"I wanted to keep my boys home but they told me the school is
safe. But if I hear of one child sneezing, those boys are staying
home," said Dawson, who lives a stone's throw from the spot where
the infected man was rushed to a hospital.
At ground zero of the U.S. Ebola scare, many parents have faced the
question of whether to pull their children out of neighborhood
schools, which officials have reassured them are safe.
"This is a deadly disease. It's just crazy," Dawson said.
In U.S. cities with large populations of immigrants from West
Africa, where the largest outbreak of Ebola on record has killed
more than 3,400 people, school boards are trying to tamp down any
panic about Ebola.
At Sam Tasby Middle School, in the same Dallas neighborhood where
the Ebola patient stayed briefly, a message was posted on a sign
outside the school on Friday: "Children First. Our School is Safe."
But while Dallas has mostly kept its cool over the Ebola case,
attendance has dropped at the four schools that were attended by the
children who had direct contact with the infected man, Liberian
national Thomas Eric Duncan. Those children have been removed from
school for monitoring.
Attendance was 10 percent lower from normal levels, early figures
from the Dallas Independent School District show.

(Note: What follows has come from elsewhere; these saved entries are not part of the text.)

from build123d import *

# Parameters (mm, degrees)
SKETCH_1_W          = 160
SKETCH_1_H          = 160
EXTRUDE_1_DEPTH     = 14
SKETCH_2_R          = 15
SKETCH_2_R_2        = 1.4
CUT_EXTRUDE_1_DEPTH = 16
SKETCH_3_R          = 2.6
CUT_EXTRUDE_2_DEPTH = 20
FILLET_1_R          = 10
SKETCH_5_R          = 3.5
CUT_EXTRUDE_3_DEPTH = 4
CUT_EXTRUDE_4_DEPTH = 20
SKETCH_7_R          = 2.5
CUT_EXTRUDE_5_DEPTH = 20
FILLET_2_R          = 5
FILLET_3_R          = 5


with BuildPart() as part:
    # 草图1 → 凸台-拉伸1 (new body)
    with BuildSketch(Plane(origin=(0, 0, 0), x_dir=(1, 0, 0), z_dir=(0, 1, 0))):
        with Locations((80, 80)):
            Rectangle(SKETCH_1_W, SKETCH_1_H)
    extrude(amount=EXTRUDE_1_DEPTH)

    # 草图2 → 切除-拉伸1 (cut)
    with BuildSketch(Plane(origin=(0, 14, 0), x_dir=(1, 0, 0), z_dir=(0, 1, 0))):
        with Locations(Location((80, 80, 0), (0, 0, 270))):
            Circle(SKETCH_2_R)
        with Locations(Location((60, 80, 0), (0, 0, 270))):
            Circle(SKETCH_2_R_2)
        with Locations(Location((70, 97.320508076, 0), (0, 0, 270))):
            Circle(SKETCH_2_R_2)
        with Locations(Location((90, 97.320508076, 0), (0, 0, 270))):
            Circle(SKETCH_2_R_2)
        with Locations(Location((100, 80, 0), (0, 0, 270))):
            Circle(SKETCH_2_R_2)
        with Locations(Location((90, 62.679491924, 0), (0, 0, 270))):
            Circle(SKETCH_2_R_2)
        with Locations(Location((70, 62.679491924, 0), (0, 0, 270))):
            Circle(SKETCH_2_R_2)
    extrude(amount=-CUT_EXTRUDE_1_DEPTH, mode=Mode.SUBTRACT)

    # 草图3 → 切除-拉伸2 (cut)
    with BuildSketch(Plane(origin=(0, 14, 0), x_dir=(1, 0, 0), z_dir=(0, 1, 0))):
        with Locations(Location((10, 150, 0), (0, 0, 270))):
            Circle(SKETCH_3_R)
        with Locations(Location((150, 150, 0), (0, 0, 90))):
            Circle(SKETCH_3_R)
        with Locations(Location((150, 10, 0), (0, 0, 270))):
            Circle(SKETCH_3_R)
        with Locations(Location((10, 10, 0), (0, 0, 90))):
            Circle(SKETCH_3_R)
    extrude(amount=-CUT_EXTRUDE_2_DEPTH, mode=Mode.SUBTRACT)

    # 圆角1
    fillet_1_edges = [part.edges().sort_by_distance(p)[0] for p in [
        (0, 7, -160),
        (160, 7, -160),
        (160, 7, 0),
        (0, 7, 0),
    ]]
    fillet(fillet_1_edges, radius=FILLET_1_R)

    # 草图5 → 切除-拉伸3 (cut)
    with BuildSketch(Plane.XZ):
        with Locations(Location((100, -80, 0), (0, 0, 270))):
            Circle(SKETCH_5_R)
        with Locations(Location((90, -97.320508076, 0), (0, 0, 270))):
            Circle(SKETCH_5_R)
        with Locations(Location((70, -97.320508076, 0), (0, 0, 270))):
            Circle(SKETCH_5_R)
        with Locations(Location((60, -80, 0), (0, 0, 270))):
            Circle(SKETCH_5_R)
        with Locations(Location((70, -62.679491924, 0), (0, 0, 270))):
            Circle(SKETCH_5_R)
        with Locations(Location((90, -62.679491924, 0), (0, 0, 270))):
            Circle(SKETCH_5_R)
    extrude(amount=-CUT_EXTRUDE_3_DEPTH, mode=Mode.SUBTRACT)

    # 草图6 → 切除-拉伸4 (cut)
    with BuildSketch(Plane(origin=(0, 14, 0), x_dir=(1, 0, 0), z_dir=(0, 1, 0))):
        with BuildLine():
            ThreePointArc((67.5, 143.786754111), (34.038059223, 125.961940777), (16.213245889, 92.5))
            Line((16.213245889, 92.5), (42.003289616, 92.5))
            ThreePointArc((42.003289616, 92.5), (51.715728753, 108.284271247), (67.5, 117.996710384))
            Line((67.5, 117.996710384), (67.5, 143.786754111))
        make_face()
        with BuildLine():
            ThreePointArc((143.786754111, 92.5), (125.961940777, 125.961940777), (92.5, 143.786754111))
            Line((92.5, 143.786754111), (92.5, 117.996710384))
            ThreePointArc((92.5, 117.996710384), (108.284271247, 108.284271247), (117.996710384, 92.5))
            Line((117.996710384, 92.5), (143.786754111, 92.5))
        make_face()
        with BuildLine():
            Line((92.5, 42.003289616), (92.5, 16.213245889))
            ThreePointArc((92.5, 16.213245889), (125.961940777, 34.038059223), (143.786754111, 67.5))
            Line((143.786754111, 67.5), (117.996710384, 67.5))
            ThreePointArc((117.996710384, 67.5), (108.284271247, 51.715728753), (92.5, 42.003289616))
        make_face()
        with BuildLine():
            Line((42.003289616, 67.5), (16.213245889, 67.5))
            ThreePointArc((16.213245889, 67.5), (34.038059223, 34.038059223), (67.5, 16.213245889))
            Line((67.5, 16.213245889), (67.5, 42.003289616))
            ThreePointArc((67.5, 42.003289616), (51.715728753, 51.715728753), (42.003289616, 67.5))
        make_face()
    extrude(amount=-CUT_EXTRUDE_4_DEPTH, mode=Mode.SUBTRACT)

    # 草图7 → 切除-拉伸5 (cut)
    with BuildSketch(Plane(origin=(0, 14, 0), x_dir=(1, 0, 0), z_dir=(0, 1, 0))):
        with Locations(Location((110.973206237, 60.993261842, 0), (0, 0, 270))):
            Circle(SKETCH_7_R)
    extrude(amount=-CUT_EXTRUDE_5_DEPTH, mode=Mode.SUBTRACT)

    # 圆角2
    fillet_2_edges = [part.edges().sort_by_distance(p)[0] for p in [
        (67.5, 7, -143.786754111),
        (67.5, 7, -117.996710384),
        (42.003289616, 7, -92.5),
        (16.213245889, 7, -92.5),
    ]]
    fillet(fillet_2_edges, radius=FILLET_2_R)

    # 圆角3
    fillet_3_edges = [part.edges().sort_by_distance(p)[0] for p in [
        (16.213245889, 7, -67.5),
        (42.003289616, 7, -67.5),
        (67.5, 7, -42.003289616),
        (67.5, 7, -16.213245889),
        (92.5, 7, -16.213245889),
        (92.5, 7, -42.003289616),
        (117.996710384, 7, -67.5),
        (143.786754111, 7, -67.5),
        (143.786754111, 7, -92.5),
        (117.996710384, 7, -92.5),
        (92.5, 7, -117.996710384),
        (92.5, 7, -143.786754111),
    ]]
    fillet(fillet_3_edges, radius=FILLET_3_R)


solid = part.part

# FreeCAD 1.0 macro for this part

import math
import FreeCAD as App
import Part
import Sketcher

V = App.Vector


def edges_at(feature, points):
    """Names of the edges that pass closest to the given points."""
    edges = feature.Shape.Edges
    near = lambda p: min(range(len(edges)), key=lambda i: edges[i].distToShape(Part.Vertex(*p))[0])
    return sorted({f"Edge{near(p) + 1}" for p in points})


def add_polygon(sketch, points):
    """Adds a closed chain of lines whose ends are joined by coincident constraints."""
    first, n = sketch.GeometryCount, len(points)
    for a, b in zip(points, points[1:] + points[:1]):
        sketch.addGeometry(Part.LineSegment(App.Vector(*a, 0), App.Vector(*b, 0)), False)
    for i in range(n):
        sketch.addConstraint(Sketcher.Constraint("Coincident", first + i, 2, first + (i + 1) % n, 1))

doc = App.newDocument("Part")
body = doc.addObject("PartDesign::Body", "Body")

# Sketch on XZ plane
sketch1 = body.newObject("Sketcher::SketchObject", "Sketch")
sketch1.AttachmentSupport = (doc.getObject("XZ_Plane"), [""])
sketch1.MapMode = "FlatFace"
add_polygon(sketch1, [(0, -160), (0, 0), (160, 0), (160, -160)])  # lines 0-3
sketch1.addConstraint([
    Sketcher.Constraint("Vertical", 0),
    Sketcher.Constraint("Horizontal", 1),
    Sketcher.Constraint("Vertical", 2),
    Sketcher.Constraint("Horizontal", 3),
    Sketcher.Constraint("Coincident", 0, 2, -1, 1),
    Sketcher.Constraint("Equal", 3, 0),
    Sketcher.Constraint("DistanceX", 1, 1, 1, 2, 160.0),
])
pad1 = body.newObject("PartDesign::Pad", "Pad")
pad1.Profile = sketch1
pad1.Length = 14
pad1.Reversed = True

# Sketch on XZ plane
sketch2 = body.newObject("Sketcher::SketchObject", "Sketch001")
sketch2.AttachmentSupport = (doc.getObject("XZ_Plane"), [""])
sketch2.MapMode = "FlatFace"
sketch2.AttachmentOffset = App.Placement(V(0, 0, -14), App.Rotation())
sketch2.addGeometry([
    Part.Circle(V(80, -80, 0), V(0, 0, 1), 15),  # 0
    Part.Circle(V(60, -80, 0), V(0, 0, 1), 1.4),  # 1
    Part.Circle(V(70, -97.3, 0), V(0, 0, 1), 1.4),  # 2
    Part.Circle(V(90, -97.3, 0), V(0, 0, 1), 1.4),  # 3
    Part.Circle(V(100, -80, 0), V(0, 0, 1), 1.4),  # 4
    Part.Circle(V(90, -62.7, 0), V(0, 0, 1), 1.4),  # 5
    Part.Circle(V(70, -62.7, 0), V(0, 0, 1), 1.4),  # 6
], False)
sketch2.addConstraint([
    Sketcher.Constraint("Equal", 1, 2),
    Sketcher.Constraint("Equal", 2, 3),
    Sketcher.Constraint("Equal", 3, 4),
    Sketcher.Constraint("Equal", 4, 5),
    Sketcher.Constraint("Equal", 5, 6),
    Sketcher.Constraint("Horizontal", 0, 3, 1, 3),
    Sketcher.Constraint("Horizontal", 2, 3, 3, 3),
    Sketcher.Constraint("Horizontal", 1, 3, 4, 3),
    Sketcher.Constraint("Horizontal", 5, 3, 6, 3),
    Sketcher.Constraint("Vertical", 3, 3, 5, 3),
    Sketcher.Constraint("Vertical", 2, 3, 6, 3),
    Sketcher.Constraint("Diameter", 0, 30.0),
    Sketcher.Constraint("Diameter", 1, 2.8),
    Sketcher.Constraint("DistanceX", -1, 1, 0, 3, 80.0),
    Sketcher.Constraint("DistanceY", 0, 3, -1, 1, 80.0),
    Sketcher.Constraint("DistanceX", -1, 1, 1, 3, 60.0),
    Sketcher.Constraint("DistanceX", -1, 1, 2, 3, 70.0),
    Sketcher.Constraint("DistanceX", -1, 1, 3, 3, 90.0),
    Sketcher.Constraint("DistanceX", -1, 1, 4, 3, 100.0),
    Sketcher.Constraint("DistanceY", 2, 3, -1, 1, 97.320508),
    Sketcher.Constraint("DistanceY", 5, 3, -1, 1, 62.679492),
])
pocket1 = body.newObject("PartDesign::Pocket", "Pocket")
pocket1.Profile = sketch2
pocket1.Length = 16
pocket1.Reversed = True

# Sketch on XZ plane
sketch3 = body.newObject("Sketcher::SketchObject", "Sketch002")
sketch3.AttachmentSupport = (doc.getObject("XZ_Plane"), [""])
sketch3.MapMode = "FlatFace"
sketch3.AttachmentOffset = App.Placement(V(0, 0, -14), App.Rotation())
sketch3.addGeometry([
    Part.Circle(V(10, -150, 0), V(0, 0, 1), 2.6),
    Part.Circle(V(150, -150, 0), V(0, 0, 1), 2.6),
    Part.Circle(V(150, -10, 0), V(0, 0, 1), 2.6),
    Part.Circle(V(10, -10, 0), V(0, 0, 1), 2.6),
], False)
sketch3.addConstraint([
    Sketcher.Constraint("Equal", 0, 1),
    Sketcher.Constraint("Equal", 1, 2),
    Sketcher.Constraint("Equal", 2, 3),
    Sketcher.Constraint("Horizontal", 0, 3, 1, 3),
    Sketcher.Constraint("Horizontal", 2, 3, 3, 3),
    Sketcher.Constraint("Vertical", 1, 3, 2, 3),
    Sketcher.Constraint("Vertical", 0, 3, 3, 3),
    Sketcher.Constraint("Diameter", 0, 5.2),
    Sketcher.Constraint("DistanceX", -1, 1, 0, 3, 10.0),
    Sketcher.Constraint("DistanceY", 0, 3, -1, 1, 150.0),
    Sketcher.Constraint("DistanceX", -1, 1, 1, 3, 150.0),
    Sketcher.Constraint("DistanceY", 2, 3, -1, 1, 10.0),
])
pocket2 = body.newObject("PartDesign::Pocket", "Pocket001")
pocket2.Profile = sketch3
pocket2.Length = 20
pocket2.Reversed = True
doc.recompute()

fillet = body.newObject("PartDesign::Fillet", "Fillet")
fillet.Base = (pocket2, edges_at(pocket2, [
    (0, 7, -160),
    (160, 7, -160),
    (160, 7, 0),
    (0, 7, 0),
]))
fillet.Radius = 10

# Sketch on XZ plane
sketch4 = body.newObject("Sketcher::SketchObject", "Sketch003")
sketch4.AttachmentSupport = (doc.getObject("XZ_Plane"), [""])
sketch4.MapMode = "FlatFace"
sketch4.addGeometry([
    Part.Circle(V(100, -80, 0), V(0, 0, 1), 3.5),  # 0
    Part.Circle(V(90, -97.3, 0), V(0, 0, 1), 3.5),  # 1
    Part.Circle(V(70, -97.3, 0), V(0, 0, 1), 3.5),  # 2
    Part.Circle(V(60, -80, 0), V(0, 0, 1), 3.5),  # 3
    Part.Circle(V(70, -62.7, 0), V(0, 0, 1), 3.5),  # 4
    Part.Circle(V(90, -62.7, 0), V(0, 0, 1), 3.5),  # 5
], False)
sketch4.addConstraint([
    Sketcher.Constraint("Equal", 0, 1),
    Sketcher.Constraint("Equal", 1, 2),
    Sketcher.Constraint("Equal", 2, 3),
    Sketcher.Constraint("Equal", 3, 4),
    Sketcher.Constraint("Equal", 4, 5),
    Sketcher.Constraint("Horizontal", 1, 3, 2, 3),
    Sketcher.Constraint("Horizontal", 0, 3, 3, 3),
    Sketcher.Constraint("Horizontal", 4, 3, 5, 3),
    Sketcher.Constraint("Vertical", 2, 3, 4, 3),
    Sketcher.Constraint("Vertical", 1, 3, 5, 3),
    Sketcher.Constraint("Diameter", 0, 7.0),
    Sketcher.Constraint("DistanceX", -1, 1, 0, 3, 100.0),
    Sketcher.Constraint("DistanceY", 0, 3, -1, 1, 80.0),
    Sketcher.Constraint("DistanceX", -1, 1, 1, 3, 90.0),
    Sketcher.Constraint("DistanceX", -1, 1, 2, 3, 70.0),
    Sketcher.Constraint("DistanceX", -1, 1, 3, 3, 60.0),
    Sketcher.Constraint("DistanceY", 1, 3, -1, 1, 97.320508),
    Sketcher.Constraint("DistanceY", 4, 3, -1, 1, 62.679492),
])
pocket3 = body.newObject("PartDesign::Pocket", "Pocket002")
pocket3.Profile = sketch4
pocket3.Length = 4

# Sketch on XZ plane
sketch5 = body.newObject("Sketcher::SketchObject", "Sketch004")
sketch5.AttachmentSupport = (doc.getObject("XZ_Plane"), [""])
sketch5.MapMode = "FlatFace"
sketch5.AttachmentOffset = App.Placement(V(0, 0, -14), App.Rotation())
sketch5.addGeometry([
    Part.ArcOfCircle(Part.Circle(V(80, -80, 0), V(0, 0, 1), 65), math.radians(-169), math.radians(-101)),  # 0
    Part.LineSegment(V(16, -92, 0), V(42, -92, 0)),  # 1
    Part.ArcOfCircle(Part.Circle(V(80, -80, 0), V(0, 0, 1), 40), math.radians(-162), math.radians(-108)),  # 2
    Part.LineSegment(V(68, -118, 0), V(68, -144, 0)),  # 3
    Part.ArcOfCircle(Part.Circle(V(80, -80, 0), V(0, 0, 1), 65), math.radians(-79), math.radians(-11)),  # 4
    Part.LineSegment(V(92, -144, 0), V(92, -118, 0)),  # 5
    Part.ArcOfCircle(Part.Circle(V(80, -80, 0), V(0, 0, 1), 40), math.radians(-72), math.radians(-18)),  # 6
    Part.LineSegment(V(118, -92, 0), V(144, -92, 0)),  # 7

The school board has equipped maintenance workers with protective
gear and had them scrubbing schools, deployed nurses and set up a
hotline so parents can call for updates.
It also sent a notice in English, Arabic, Nepali, Burmese and
Vietnamese to parents and guardians in the patient's melting pot
neighborhood of Vickery Meadow, saying there is no imminent danger
to children.
"As more information gets out, people calm down a little bit," said
Mike Miles, the Dallas Independent School District superintendent.
In other parts of the country that also have sizable populations of
Liberian immigrants, officials and residents have reacted to the
Ebola outbreak.
In Rhode Island, state public health officials have been briefing
school nurses since the academic year began on how to screen
patients for Ebola.
About 200 miles south in New York City, in a neighborhood on Staten
Island known as Little Liberia for its large population of
immigrants from Liberia other West African nations, many were
fearful.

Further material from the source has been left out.